Я знал, что не смогу забыть Вив. Потому что хочу ее помнить.
Днём было ещё ничего. Я мог носиться верхом, переплывать реку или, найдя уединенный лесной водопад, стоять под его упругими ледяными струями. И при этом все равно думать о том, как хорошо было бы здесь с нею.
А ночью стоило закрыть глаза, как я отчётливо представлял ее нежные, сочные губки и сливочно-белую кожу. Глаза, в которых можно утонуть. Прелестную, запрокинутую в страстном порыве головку в ореоле черных кудрей. Звонкий голосок, сводящий меня с ума.
Я люблю ее. Но что я должен сделать во имя этой любви? Молить ее уехать со мною? Или покинуть ради ее же блага?
Последние дни я мог видеть ее лишь издали, когда она гуляла в саду.
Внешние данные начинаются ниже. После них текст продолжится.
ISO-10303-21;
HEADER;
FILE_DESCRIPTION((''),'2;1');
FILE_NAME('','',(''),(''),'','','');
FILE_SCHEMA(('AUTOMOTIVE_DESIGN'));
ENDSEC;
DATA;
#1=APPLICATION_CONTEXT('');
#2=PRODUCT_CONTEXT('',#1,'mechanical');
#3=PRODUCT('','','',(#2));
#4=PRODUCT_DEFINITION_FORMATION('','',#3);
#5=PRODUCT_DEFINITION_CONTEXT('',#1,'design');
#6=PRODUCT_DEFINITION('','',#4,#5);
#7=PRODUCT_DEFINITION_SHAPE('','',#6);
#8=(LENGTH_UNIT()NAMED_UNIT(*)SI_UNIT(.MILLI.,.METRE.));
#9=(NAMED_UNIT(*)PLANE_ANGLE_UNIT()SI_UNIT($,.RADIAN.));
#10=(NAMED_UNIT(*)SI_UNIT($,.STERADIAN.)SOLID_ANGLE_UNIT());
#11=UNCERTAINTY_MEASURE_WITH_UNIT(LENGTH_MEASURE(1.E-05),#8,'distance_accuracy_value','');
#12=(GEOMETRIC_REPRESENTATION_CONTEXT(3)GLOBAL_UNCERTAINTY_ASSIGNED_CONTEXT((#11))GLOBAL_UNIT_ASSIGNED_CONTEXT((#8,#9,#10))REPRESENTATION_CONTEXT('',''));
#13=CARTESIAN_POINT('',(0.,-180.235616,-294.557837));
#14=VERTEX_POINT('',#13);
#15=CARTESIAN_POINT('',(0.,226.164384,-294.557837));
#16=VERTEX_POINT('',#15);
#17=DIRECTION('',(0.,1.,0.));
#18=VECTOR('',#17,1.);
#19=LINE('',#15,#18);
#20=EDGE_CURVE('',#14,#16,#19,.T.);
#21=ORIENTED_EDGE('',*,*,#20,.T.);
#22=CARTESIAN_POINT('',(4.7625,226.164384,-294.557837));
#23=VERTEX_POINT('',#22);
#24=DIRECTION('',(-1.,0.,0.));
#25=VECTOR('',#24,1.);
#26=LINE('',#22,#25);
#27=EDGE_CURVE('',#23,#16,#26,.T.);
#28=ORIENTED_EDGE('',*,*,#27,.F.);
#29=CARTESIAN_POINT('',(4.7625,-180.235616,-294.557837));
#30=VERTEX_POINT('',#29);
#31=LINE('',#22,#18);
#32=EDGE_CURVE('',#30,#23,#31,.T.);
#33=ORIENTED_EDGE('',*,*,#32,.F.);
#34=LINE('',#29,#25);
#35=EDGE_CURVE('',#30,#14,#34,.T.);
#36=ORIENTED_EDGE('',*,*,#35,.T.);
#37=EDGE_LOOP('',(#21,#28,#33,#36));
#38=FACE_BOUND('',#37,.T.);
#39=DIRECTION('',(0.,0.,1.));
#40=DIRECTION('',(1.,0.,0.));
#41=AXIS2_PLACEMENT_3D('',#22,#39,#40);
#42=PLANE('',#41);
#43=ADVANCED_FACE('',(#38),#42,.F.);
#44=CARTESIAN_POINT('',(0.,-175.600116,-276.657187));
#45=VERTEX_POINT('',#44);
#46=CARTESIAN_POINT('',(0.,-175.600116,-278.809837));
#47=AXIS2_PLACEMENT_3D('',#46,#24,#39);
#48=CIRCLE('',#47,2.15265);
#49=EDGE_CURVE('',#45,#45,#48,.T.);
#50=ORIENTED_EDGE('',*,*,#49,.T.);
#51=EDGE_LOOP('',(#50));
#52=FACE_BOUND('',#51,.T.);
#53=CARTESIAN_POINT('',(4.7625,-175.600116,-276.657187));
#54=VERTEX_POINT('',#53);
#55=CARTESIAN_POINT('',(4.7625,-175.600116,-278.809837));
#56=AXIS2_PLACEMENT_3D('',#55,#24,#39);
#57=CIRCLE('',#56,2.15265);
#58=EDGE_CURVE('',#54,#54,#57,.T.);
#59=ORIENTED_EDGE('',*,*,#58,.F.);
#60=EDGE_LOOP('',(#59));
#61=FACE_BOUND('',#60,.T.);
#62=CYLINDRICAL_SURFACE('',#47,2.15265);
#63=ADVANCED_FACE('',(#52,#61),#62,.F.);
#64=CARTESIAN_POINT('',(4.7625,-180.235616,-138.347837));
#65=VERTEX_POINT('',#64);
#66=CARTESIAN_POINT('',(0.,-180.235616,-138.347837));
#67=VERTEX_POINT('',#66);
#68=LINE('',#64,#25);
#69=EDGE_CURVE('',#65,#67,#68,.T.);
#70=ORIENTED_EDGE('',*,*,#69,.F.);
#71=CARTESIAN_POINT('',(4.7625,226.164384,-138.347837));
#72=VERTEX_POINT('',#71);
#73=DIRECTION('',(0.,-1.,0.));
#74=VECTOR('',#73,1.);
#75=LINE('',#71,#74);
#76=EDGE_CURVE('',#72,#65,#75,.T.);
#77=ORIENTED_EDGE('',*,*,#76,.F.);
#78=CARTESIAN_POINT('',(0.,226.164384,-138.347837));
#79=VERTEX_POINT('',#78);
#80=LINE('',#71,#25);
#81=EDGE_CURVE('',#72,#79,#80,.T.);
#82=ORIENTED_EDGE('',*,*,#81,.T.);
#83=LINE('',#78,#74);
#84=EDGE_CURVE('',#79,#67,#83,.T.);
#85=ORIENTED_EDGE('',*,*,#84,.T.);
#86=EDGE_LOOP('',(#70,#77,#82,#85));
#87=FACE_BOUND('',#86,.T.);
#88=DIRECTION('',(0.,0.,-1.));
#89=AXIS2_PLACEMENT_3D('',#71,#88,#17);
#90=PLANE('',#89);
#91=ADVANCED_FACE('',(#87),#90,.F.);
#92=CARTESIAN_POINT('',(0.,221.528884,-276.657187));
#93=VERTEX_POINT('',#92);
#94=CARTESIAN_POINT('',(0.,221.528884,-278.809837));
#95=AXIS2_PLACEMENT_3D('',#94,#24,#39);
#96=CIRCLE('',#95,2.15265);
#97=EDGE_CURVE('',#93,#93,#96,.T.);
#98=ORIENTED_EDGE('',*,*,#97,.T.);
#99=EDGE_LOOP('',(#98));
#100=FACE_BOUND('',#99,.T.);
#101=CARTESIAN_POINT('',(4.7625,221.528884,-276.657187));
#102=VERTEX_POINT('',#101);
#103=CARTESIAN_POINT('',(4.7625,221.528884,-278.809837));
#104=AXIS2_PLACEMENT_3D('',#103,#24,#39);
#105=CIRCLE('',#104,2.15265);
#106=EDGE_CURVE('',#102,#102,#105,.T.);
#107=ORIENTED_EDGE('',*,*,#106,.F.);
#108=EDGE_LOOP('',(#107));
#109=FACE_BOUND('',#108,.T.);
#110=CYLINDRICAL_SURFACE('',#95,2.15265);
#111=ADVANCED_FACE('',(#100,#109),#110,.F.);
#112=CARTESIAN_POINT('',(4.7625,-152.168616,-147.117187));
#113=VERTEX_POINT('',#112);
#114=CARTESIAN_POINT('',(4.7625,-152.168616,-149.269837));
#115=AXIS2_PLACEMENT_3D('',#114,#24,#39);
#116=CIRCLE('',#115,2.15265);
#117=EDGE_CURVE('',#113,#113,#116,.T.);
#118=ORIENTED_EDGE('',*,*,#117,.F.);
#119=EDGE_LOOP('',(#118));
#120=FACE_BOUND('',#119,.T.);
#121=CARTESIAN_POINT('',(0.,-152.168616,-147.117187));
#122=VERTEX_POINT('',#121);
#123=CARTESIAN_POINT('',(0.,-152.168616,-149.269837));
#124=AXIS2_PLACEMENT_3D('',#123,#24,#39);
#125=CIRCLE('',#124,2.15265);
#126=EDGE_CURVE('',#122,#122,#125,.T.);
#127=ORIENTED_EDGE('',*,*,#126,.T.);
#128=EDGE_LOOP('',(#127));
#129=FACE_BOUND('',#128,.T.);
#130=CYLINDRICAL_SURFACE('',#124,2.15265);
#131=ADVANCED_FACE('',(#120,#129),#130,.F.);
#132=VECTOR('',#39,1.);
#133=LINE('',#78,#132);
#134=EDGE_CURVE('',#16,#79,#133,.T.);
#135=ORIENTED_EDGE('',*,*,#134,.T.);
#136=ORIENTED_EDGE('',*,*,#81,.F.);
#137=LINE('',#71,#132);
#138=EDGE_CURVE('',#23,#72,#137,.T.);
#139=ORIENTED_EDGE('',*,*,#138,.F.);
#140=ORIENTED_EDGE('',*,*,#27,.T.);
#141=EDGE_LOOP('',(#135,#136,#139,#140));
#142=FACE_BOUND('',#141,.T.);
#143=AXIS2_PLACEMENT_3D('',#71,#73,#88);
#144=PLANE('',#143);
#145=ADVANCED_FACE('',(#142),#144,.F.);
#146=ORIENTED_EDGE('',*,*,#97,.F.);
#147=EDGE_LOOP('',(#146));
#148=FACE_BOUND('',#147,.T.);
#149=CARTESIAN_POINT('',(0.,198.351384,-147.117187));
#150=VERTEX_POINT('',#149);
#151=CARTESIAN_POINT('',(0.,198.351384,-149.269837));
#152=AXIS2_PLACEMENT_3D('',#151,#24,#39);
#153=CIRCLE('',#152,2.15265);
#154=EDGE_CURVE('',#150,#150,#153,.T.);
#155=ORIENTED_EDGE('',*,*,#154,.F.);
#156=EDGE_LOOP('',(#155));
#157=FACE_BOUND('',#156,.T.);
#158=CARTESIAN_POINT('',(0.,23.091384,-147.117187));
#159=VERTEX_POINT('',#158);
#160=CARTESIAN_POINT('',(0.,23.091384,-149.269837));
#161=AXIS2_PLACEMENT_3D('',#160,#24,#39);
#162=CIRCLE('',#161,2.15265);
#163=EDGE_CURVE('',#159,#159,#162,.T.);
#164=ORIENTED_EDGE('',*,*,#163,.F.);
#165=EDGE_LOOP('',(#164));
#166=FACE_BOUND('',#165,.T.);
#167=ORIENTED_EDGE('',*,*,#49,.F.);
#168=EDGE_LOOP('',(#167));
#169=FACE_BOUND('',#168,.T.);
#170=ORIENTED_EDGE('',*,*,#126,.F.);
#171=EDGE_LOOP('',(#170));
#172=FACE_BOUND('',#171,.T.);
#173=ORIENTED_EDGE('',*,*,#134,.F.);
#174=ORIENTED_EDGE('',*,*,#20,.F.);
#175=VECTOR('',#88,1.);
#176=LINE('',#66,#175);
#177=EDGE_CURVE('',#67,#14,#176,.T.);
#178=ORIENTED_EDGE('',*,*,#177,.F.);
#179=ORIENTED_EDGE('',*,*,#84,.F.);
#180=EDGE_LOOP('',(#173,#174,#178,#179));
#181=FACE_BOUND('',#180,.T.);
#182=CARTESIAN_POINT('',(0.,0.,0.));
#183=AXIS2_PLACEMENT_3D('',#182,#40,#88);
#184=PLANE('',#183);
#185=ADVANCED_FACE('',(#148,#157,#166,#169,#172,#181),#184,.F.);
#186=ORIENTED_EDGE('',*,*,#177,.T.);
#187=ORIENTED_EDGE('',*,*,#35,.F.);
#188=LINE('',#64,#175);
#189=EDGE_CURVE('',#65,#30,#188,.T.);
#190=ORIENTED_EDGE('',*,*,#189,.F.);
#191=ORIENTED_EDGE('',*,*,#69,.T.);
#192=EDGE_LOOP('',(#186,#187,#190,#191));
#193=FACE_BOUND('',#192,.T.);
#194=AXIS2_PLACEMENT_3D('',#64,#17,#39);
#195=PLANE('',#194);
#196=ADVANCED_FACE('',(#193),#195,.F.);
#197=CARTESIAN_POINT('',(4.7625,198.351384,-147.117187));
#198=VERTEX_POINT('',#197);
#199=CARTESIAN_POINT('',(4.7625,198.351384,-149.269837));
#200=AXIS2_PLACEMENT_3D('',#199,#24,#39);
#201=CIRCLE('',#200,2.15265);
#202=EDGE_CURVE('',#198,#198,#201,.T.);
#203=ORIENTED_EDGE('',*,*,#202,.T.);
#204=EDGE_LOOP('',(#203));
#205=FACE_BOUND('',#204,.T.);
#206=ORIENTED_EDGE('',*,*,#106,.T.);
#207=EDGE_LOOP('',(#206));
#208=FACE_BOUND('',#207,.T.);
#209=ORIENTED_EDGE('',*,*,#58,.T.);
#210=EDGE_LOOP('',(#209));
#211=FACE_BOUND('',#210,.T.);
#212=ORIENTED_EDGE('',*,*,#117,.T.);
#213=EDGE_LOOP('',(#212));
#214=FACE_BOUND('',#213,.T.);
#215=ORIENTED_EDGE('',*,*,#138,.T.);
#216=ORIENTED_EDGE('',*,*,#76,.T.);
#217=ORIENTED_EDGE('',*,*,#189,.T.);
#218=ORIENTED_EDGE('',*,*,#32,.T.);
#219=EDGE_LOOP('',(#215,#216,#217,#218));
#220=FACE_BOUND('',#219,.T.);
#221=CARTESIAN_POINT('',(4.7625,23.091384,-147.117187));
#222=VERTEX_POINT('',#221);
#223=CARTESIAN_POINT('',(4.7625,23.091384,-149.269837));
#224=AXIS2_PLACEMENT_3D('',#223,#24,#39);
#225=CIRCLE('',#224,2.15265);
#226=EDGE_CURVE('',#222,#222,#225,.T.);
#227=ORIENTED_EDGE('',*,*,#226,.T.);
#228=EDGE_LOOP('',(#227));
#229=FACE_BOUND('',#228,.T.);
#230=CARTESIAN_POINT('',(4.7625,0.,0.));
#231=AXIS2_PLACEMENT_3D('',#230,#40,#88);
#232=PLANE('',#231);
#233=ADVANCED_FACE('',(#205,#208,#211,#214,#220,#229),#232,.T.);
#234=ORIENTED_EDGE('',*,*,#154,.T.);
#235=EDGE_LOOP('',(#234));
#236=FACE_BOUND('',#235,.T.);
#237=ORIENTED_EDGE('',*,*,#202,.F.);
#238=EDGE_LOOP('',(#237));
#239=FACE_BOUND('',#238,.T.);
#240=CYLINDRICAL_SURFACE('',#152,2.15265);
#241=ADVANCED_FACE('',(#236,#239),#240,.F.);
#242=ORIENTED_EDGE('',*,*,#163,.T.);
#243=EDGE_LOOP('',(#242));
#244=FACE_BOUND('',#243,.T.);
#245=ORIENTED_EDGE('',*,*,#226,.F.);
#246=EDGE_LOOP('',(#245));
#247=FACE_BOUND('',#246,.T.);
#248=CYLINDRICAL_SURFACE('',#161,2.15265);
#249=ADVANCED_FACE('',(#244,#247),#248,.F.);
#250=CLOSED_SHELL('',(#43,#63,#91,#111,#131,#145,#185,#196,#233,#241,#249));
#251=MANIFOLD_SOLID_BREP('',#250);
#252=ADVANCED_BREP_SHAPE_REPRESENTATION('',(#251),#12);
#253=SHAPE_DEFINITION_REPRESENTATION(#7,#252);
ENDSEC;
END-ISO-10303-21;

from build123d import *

# Parameters (mm, degrees)
SKETCH1_W             = 156.21
SKETCH1_H             = 406.4
BOSS_EXTRUDE1_DEPTH   = 4.7625
F_8_CLEARANCE_HOLE1_D = 4.3053


with BuildPart() as part:
    # Sketch1 → Boss-Extrude1 (new body)
    with BuildSketch(Plane(origin=(0, 0, 0), x_dir=(0, 0, -1), z_dir=(1, 0, 0))):
        with Locations((216.4528366, 22.964383562)):
            Rectangle(SKETCH1_W, SKETCH1_H)
    extrude(amount=BOSS_EXTRUDE1_DEPTH)

    # #8 Clearance Hole1 (through all)
    with Locations(Plane.ZY):
        with Locations((-149.2698366, 198.351383562), (-149.2698366, -152.168616438), (-149.2698366, 23.091383562), (-278.8098366, 221.528883562), (-278.8098366, -175.600116438)):
            Hole(F_8_CLEARANCE_HOLE1_D / 2)


solid = part.part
Но теперь она всегда была окружена свитой, и ни к своей скамейке, ни к фонтану не приближалась.
А если бы и пришла туда, все равно я не смогу, как раньше, просто положить цветок в ее книгу.
И ещё я видел ее в дворцовой часовне.
Сегодня утром я ожидал ее после мессы, у чаши со святой водой. Это был единственный способ ощутить прикосновение ее ручки. Она не подняла глаз, но я увидел, как дрогнули и чуть опустились уголки ее губ.
Днём я узнал, что она уехала в обитель Святой Бенедикты.
То самое место, откуда она так неосмотрительно убежала однажды ночью, чтобы стать моей! Место, где мы целовались у садовой калитки, в тени старых лип.
Принцесса сидела на траве, выбирая подходящие камышинки среди целой россыпи стеблей. Они лежали у нее на коленях, и Вив отбрасывала слишком короткие. А камышинки подходящей длины становились дудочками после того, как принцесса кончиком кинжала вырезала в них аккуратные дырочки.
Завтра она научит играть маленьких сироток-воспитанниц св. Бенедикты. А ещё пошлет фрейлин на базар за сладкими вафлями для малышек.
Ловкие пальцы ладили нехитрую игрушку, а в голове, как заноза, сидела одна мысль: он уедет. И я больше не увижу его.
Но почему все должно было быть так? Это же несправедливо. Ведь мир огромен! Неужели во всей необъятной империи Карла Великого, и во всей христианской Испании, и в иных краях не найдется такого места, где отступили бы злость, ненависть и жажда мщения, и можно было жить им двоим?
Ни в книгах древних мудрецов, ни в монастырских хрониках, ни в песнях и сказках не было ответа на этот вопрос. Мама говорила, что дед Вивианы был из рода бретонских друидов, но даже и он, видно, не знал такой счастливой земли, иначе не скитался бы до старости по свету.
Выезжая днем из Компьеня, Вивиана увидела на городской площади гистрионов Нануса, как обычно, собравших вокруг себя толпу зевак.
Конечно же, среди всех этих канатоходцев, дрессировщиков и прочих фигляров, как звезда на небосводе, блистала Сехмет.
Завидев издали кортеж принцессы, египтянка приблизилась и пошла рядом с кобылицей Вив, держась за стремя.
— Не грусти, маленькая принцесса! Сейчас тебе плохо, но этот мрак рассеется.
— Значит, я еще буду счастлива, Сехмет?
— Конечно, будешь. Только дождись и не унывай. У вас, христиан, уныние — это же что-то вроде греха?
— Я не состарюсь, пока буду ждать?
— Это уж как судьба распорядится. Женщины моего народа умеют хорошо гадать, а мужчины что угодно украдут, только счастья себе никто из них не нагадал и не украл. Значит, нелегкое это дело, маленькая принцесса!
Где-то неподалеку перекликались, собирали цветы ее девушки.
Пока светло, они покатаются на лодке, попоют песни, а потом раскинут шатер и переночуют здесь, а весь следующий день проведут в обители.
Вивиана старалась как можно больше загрузить себя делами, чтобы усталость помогла ночью заснуть. А чем ещё заниматься на берегу реки, если не изготовлением забавных безделушек? Но дудок она нарезала уже много. Надо будет попробовать плести маленькие корзиночки.
Над вечерней рекой начинал клубиться туман, скоро он станет гуще, и надо успеть нарезать камышовых стеблей.
Двое воинов уже разводили костер, на котором будет вариться вкусная рыбная похлебка.
А пока она готовится, принцесса с фрейлинами покатаются по реке.
Лодка ждала наготове, воины уже ставили парус, а весёлых молодых девиц долго уговаривать не надо.
Все быстро разместились на скамьях.
На реке было ветрено, и девушки закутались в накидки.
- Не сиделось ей на месте, - недовольно буркнул кто-то из вавассоров, оставшихся на берегу. - Заболеют, а кто потом будет виноват?